Saved entries
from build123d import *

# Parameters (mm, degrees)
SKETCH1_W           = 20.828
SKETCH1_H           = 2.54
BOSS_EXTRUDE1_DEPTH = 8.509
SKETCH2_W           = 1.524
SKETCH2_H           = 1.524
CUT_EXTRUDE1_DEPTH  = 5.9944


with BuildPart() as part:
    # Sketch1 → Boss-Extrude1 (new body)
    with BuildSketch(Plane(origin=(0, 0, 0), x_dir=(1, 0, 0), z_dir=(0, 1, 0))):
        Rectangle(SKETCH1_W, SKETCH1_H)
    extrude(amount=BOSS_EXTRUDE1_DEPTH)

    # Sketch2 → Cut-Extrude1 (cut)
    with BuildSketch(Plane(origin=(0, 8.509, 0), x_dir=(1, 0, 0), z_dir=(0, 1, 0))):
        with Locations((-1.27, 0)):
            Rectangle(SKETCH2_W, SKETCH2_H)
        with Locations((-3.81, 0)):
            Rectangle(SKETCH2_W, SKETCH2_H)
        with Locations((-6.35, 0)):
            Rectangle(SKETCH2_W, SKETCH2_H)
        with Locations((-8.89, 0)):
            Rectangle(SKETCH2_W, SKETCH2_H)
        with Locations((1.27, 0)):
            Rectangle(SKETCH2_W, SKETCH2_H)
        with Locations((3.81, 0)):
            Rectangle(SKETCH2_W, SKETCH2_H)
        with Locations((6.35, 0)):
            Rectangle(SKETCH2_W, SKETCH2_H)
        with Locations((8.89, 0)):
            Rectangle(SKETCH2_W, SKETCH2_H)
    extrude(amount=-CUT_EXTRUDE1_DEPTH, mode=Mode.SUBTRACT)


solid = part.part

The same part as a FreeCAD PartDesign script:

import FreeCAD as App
import Part
import Sketcher

V = App.Vector
Q = App.Units.Quantity

doc = App.newDocument("Part")
body = doc.addObject("PartDesign::Body", "Body")

# Sketch on XZ plane
sketch1 = body.newObject("Sketcher::SketchObject", "Sketch")
sketch1.AttachmentSupport = (doc.getObject("XZ_Plane"), [""])
sketch1.MapMode = "FlatFace"
sketch1.addGeometry(Part.LineSegment(V(-10.4, -1.3, 0), V(-10.4, 1.3, 0)), False)
sketch1.addGeometry(Part.LineSegment(V(-10.4, 1.3, 0), V(10.4, 1.3, 0)), False)
sketch1.addGeometry(Part.LineSegment(V(10.4, 1.3, 0), V(10.4, -1.3, 0)), False)
sketch1.addGeometry(Part.LineSegment(V(10.4, -1.3, 0), V(-10.4, -1.3, 0)), False)
sketch1.addConstraint(Sketcher.Constraint("Coincident", 0, 2, 1, 1))
sketch1.addConstraint(Sketcher.Constraint("Coincident", 1, 2, 2, 1))
sketch1.addConstraint(Sketcher.Constraint("Coincident", 2, 2, 3, 1))
sketch1.addConstraint(Sketcher.Constraint("Coincident", 3, 2, 0, 1))
sketch1.addConstraint(Sketcher.Constraint("Vertical", 0))
sketch1.addConstraint(Sketcher.Constraint("Horizontal", 1))
sketch1.addConstraint(Sketcher.Constraint("Vertical", 2))
sketch1.addConstraint(Sketcher.Constraint("Horizontal", 3))
sketch1.addConstraint(Sketcher.Constraint("Symmetric", 0, 2, 2, 2, -1, 1))
sketch1.addConstraint(Sketcher.Constraint("DistanceY", 0, 1, 0, 2, Q("0.1 in")))
sketch1.addConstraint(Sketcher.Constraint("DistanceX", 1, 1, 1, 2, Q("0.82 in")))
pad1 = body.newObject("PartDesign::Pad", "Pad")
pad1.Profile = sketch1
pad1.Length = Q("0.335 in")
pad1.Reversed = True

# Sketch on XZ plane
sketch2 = body.newObject("Sketcher::SketchObject", "Sketch001")
sketch2.AttachmentSupport = (doc.getObject("XZ_Plane"), [""])
sketch2.MapMode = "FlatFace"
sketch2.AttachmentOffset = App.Placement(V(0, 0, -0.335 * 25.4), App.Rotation())
sketch2.addGeometry(Part.LineSegment(V(-2, -0.8, 0), V(-2, 0.8, 0)), False)
sketch2.addGeometry(Part.LineSegment(V(-2, 0.8, 0), V(-0.5, 0.8, 0)), False)
sketch2.addGeometry(Part.LineSegment(V(-0.5, 0.8, 0), V(-0.5, -0.8, 0)), False)
sketch2.addGeometry(Part.LineSegment(V(-0.5, -0.8, 0), V(-2, -0.8, 0)), False)
sketch2.addGeometry(Part.LineSegment(V(-4.6, -0.8, 0), V(-4.6, 0.8, 0)), False)
sketch2.addGeometry(Part.LineSegment(V(-4.6, 0.8, 0), V(-3, 0.8, 0)), False)
sketch2.addGeometry(Part.LineSegment(V(-3, 0.8, 0), V(-3, -0.8, 0)), False)
sketch2.addGeometry(Part.LineSegment(V(-3, -0.8, 0), V(-4.6, -0.8, 0)), False)
sketch2.addGeometry(Part.LineSegment(V(-7.1, -0.8, 0), V(-7.1, 0.8, 0)), False)
sketch2.addGeometry(Part.LineSegment(V(-7.1, 0.8, 0), V(-5.6, 0.8, 0)), False)
sketch2.addGeometry(Part.LineSegment(V(-5.6, 0.8, 0), V(-5.6, -0.8, 0)), False)
sketch2.addGeometry(Part.LineSegment(V(-5.6, -0.8, 0), V(-7.1, -0.8, 0)), False)
sketch2.addGeometry(Part.LineSegment(V(-9.7, -0.8, 0), V(-9.7, 0.8, 0)), False)
sketch2.addGeometry(Part.LineSegment(V(-9.7, 0.8, 0), V(-8.1, 0.8, 0)), False)
sketch2.addGeometry(Part.LineSegment(V(-8.1, 0.8, 0), V(-8.1, -0.8, 0)), False)
sketch2.addGeometry(Part.LineSegment(V(-8.1, -0.8, 0), V(-9.7, -0.8, 0)), False)
sketch2.addGeometry(Part.LineSegment(V(0.5, -0.8, 0), V(0.5, 0.8, 0)), False)
sketch2.addGeometry(Part.LineSegment(V(0.5, 0.8, 0), V(2, 0.8, 0)), False)
sketch2.addGeometry(Part.LineSegment(V(2, 0.8, 0), V(2, -0.8, 0)), False)
sketch2.addGeometry(Part.LineSegment(V(2, -0.8, 0), V(0.5, -0.8, 0)), False)
sketch2.addGeometry(Part.LineSegment(V(3, -0.8, 0), V(3, 0.8, 0)), False)
sketch2.addGeometry(Part.LineSegment(V(3, 0.8, 0), V(4.6, 0.8, 0)), False)
sketch2.addGeometry(Part.LineSegment(V(4.6, 0.8, 0), V(4.6, -0.8, 0)), False)
sketch2.addGeometry(Part.LineSegment(V(4.6, -0.8, 0), V(3, -0.8, 0)), False)
sketch2.addGeometry(Part.LineSegment(V(5.6, -0.8, 0), V(5.6, 0.8, 0)), False)
sketch2.addGeometry(Part.LineSegment(V(5.6, 0.8, 0), V(7.1, 0.8, 0)), False)
sketch2.addGeometry(Part.LineSegment(V(7.1, 0.8, 0), V(7.1, -0.8, 0)), False)
sketch2.addGeometry(Part.LineSegment(V(7.1, -0.8, 0), V(5.6, -0.8, 0)), False)
sketch2.addGeometry(Part.LineSegment(V(8.1, -0.8, 0), V(8.1, 0.8, 0)), False)
sketch2.addGeometry(Part.LineSegment(V(8.1, 0.8, 0), V(9.7, 0.8, 0)), False)
sketch2.addGeometry(Part.LineSegment(V(9.7, 0.8, 0), V(9.7, -0.8, 0)), False)
sketch2.addGeometry(Part.LineSegment(V(9.7, -0.8, 0), V(8.1, -0.8, 0)), False)
sketch2.addConstraint(Sketcher.Constraint("Coincident", 0, 2, 1, 1))
sketch2.addConstraint(Sketcher.Constraint("Coincident", 1, 2, 2, 1))
sketch2.addConstraint(Sketcher.Constraint("Coincident", 2, 2, 3, 1))
sketch2.addConstraint(Sketcher.Constraint("Coincident", 3, 2, 0, 1))
sketch2.addConstraint(Sketcher.Constraint("Coincident", 4, 2, 5, 1))
sketch2.addConstraint(Sketcher.Constraint("Coincident", 5, 2, 6, 1))
sketch2.addConstraint(Sketcher.Constraint("Coincident", 6, 2, 7, 1))
sketch2.addConstraint(Sketcher.Constraint("Coincident", 7, 2, 4, 1))
sketch2.addConstraint(Sketcher.Constraint("Coincident", 8, 2, 9, 1))
sketch2.addConstraint(Sketcher.Constraint("Coincident", 9, 2, 10, 1))
sketch2.addConstraint(Sketcher.Constraint("Coincident", 10, 2, 11, 1))
sketch2.addConstraint(Sketcher.Constraint("Coincident", 11, 2, 8, 1))
sketch2.addConstraint(Sketcher.Constraint("Coincident", 12, 2, 13, 1))
sketch2.addConstraint(Sketcher.Constraint("Coincident", 13, 2, 14, 1))
sketch2.addConstraint(Sketcher.Constraint("Coincident", 14, 2, 15, 1))
sketch2.addConstraint(Sketcher.Constraint("Coincident", 15, 2, 12, 1))
sketch2.addConstraint(Sketcher.Constraint("Coincident", 16, 2, 17, 1))
sketch2.addConstraint(Sketcher.Constraint("Coincident", 17, 2, 18, 1))
sketch2.addConstraint(Sketcher.Constraint("Coincident", 18, 2, 19, 1))
sketch2.addConstraint(Sketcher.Constraint("Coincident", 19, 2, 16, 1))
sketch2.addConstraint(Sketcher.Constraint("Coincident", 20, 2, 21, 1))
sketch2.addConstraint(Sketcher.Constraint("Coincident", 21, 2, 22, 1))
sketch2.addConstraint(Sketcher.Constraint("Coincident", 22, 2, 23, 1))
sketch2.addConstraint(Sketcher.Constraint("Coincident", 23, 2, 20, 1))
sketch2.addConstraint(Sketcher.Constraint("Coincident", 24, 2, 25, 1))
sketch2.addConstraint(Sketcher.Constraint("Coincident", 25, 2, 26, 1))
sketch2.addConstraint(Sketcher.Constraint("Coincident", 26, 2, 27, 1))
sketch2.addConstraint(Sketcher.Constraint("Coincident", 27, 2, 24, 1))
sketch2.addConstraint(Sketcher.Constraint("Coincident", 28, 2, 29, 1))
sketch2.addConstraint(Sketcher.Constraint("Coincident", 29, 2, 30, 1))
sketch2.addConstraint(Sketcher.Constraint("Coincident", 30, 2, 31, 1))
sketch2.addConstraint(Sketcher.Constraint("Coincident", 31, 2, 28, 1))
sketch2.addConstraint(Sketcher.Constraint("Vertical", 0))
sketch2.addConstraint(Sketcher.Constraint("Horizontal", 1))
sketch2.addConstraint(Sketcher.Constraint("Vertical", 2))
sketch2.addConstraint(Sketcher.Constraint("Horizontal", 3))
sketch2.addConstraint(Sketcher.Constraint("Vertical", 4))
sketch2.addConstraint(Sketcher.Constraint("Horizontal", 5))
sketch2.addConstraint(Sketcher.Constraint("Vertical", 6))
sketch2.addConstraint(Sketcher.Constraint("Horizontal", 7))
sketch2.addConstraint(Sketcher.Constraint("Vertical", 8))
sketch2.addConstraint(Sketcher.Constraint("Horizontal", 9))
sketch2.addConstraint(Sketcher.Constraint("Vertical", 10))
sketch2.addConstraint(Sketcher.Constraint("Horizontal", 11))
sketch2.addConstraint(Sketcher.Constraint("Vertical", 12))
sketch2.addConstraint(Sketcher.Constraint("Horizontal", 13))
sketch2.addConstraint(Sketcher.Constraint("Vertical", 14))
sketch2.addConstraint(Sketcher.Constraint("Horizontal", 15))
sketch2.addConstraint(Sketcher.Constraint("Vertical", 16))
sketch2.addConstraint(Sketcher.Constraint("Horizontal", 17))
sketch2.addConstraint(Sketcher.Constraint("Vertical", 18))
sketch2.addConstraint(Sketcher.Constraint("Horizontal", 19))
sketch2.addConstraint(Sketcher.Constraint("Vertical", 20))
sketch2.addConstraint(Sketcher.Constraint("Horizontal", 21))
sketch2.addConstraint(Sketcher.Constraint("Vertical", 22))
sketch2.addConstraint(Sketcher.Constraint("Horizontal", 23))
sketch2.addConstraint(Sketcher.Constraint("Vertical", 24))
sketch2.addConstraint(Sketcher.Constraint("Horizontal", 25))
sketch2.addConstraint(Sketcher.Constraint("Vertical", 26))
sketch2.addConstraint(Sketcher.Constraint("Horizontal", 27))
sketch2.addConstraint(Sketcher.Constraint("Vertical", 28))
sketch2.addConstraint(Sketcher.Constraint("Horizontal", 29))
sketch2.addConstraint(Sketcher.Constraint("Vertical", 30))
sketch2.addConstraint(Sketcher.Constraint("Horizontal", 31))
sketch2.addConstraint(Sketcher.Constraint("Symmetric", 2, 2, 16, 2, -1, 1))
sketch2.addConstraint(Sketcher.Constraint("Symmetric", 0, 2, 18, 2, -1, 1))
sketch2.addConstraint(Sketcher.Constraint("Symmetric", 6, 2, 20, 2, -1, 1))
sketch2.addConstraint(Sketcher.Constraint("Symmetric", 4, 2, 22, 2, -1, 1))
sketch2.addConstraint(Sketcher.Constraint("Symmetric", 10, 2, 24, 2, -1, 1))
sketch2.addConstraint(Sketcher.Constraint("Symmetric", 8, 2, 26, 2, -1, 1))
sketch2.addConstraint(Sketcher.Constraint("Symmetric", 14, 2, 28, 2, -1, 1))
sketch2.addConstraint(Sketcher.Constraint("Symmetric", 12, 2, 30, 2, -1, 1))
sketch2.addConstraint(Sketcher.Constraint("Horizontal", 1, 2, 4, 2))
sketch2.addConstraint(Sketcher.Constraint("Horizontal", 3, 2, 6, 2))
sketch2.addConstraint(Sketcher.Constraint("Horizontal", 5, 2, 8, 2))
sketch2.addConstraint(Sketcher.Constraint("Horizontal", 7, 2, 10, 2))
sketch2.addConstraint(Sketcher.Constraint("Horizontal", 9, 2, 12, 2))
sketch2.addConstraint(Sketcher.Constraint("Horizontal", 11, 2, 14, 2))
sketch2.addConstraint(Sketcher.Constraint("Horizontal", 13, 2, 16, 2))
sketch2.addConstraint(Sketcher.Constraint("Equal", 3, 5))
sketch2.addConstraint(Sketcher.Constraint("Equal", 7, 9))
sketch2.addConstraint(Sketcher.Constraint("Equal", 11, 13))
sketch2.addConstraint(Sketcher.Constraint("Equal", 31, 0))
sketch2.addConstraint(Sketcher.Constraint("DistanceX", 1, 1, 1, 2, Q("0.06 in")))
sketch2.addConstraint(Sketcher.Constraint("DistanceX", 4, 2, 0, 2, Q("0.1 in")))
sketch2.addConstraint(Sketcher.Constraint("DistanceX", 8, 2, 4, 2, Q("0.1 in")))
sketch2.addConstraint(Sketcher.Constraint("DistanceX", 12, 2, 8, 2, Q("0.1 in")))
sketch2.addConstraint(Sketcher.Constraint("DistanceX", 0, 2, 16, 2, Q("0.1 in")))
pocket1 = body.newObject("PartDesign::Pocket", "Pocket")
pocket1.Profile = sketch2
pocket1.Length = Q("0.236 in")
pocket1.Reversed = True

doc.recompute()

**Prompt**: Working from the records above, tally the lines that contain "BuildSketch" and give only the total.

**Expected answer**: 2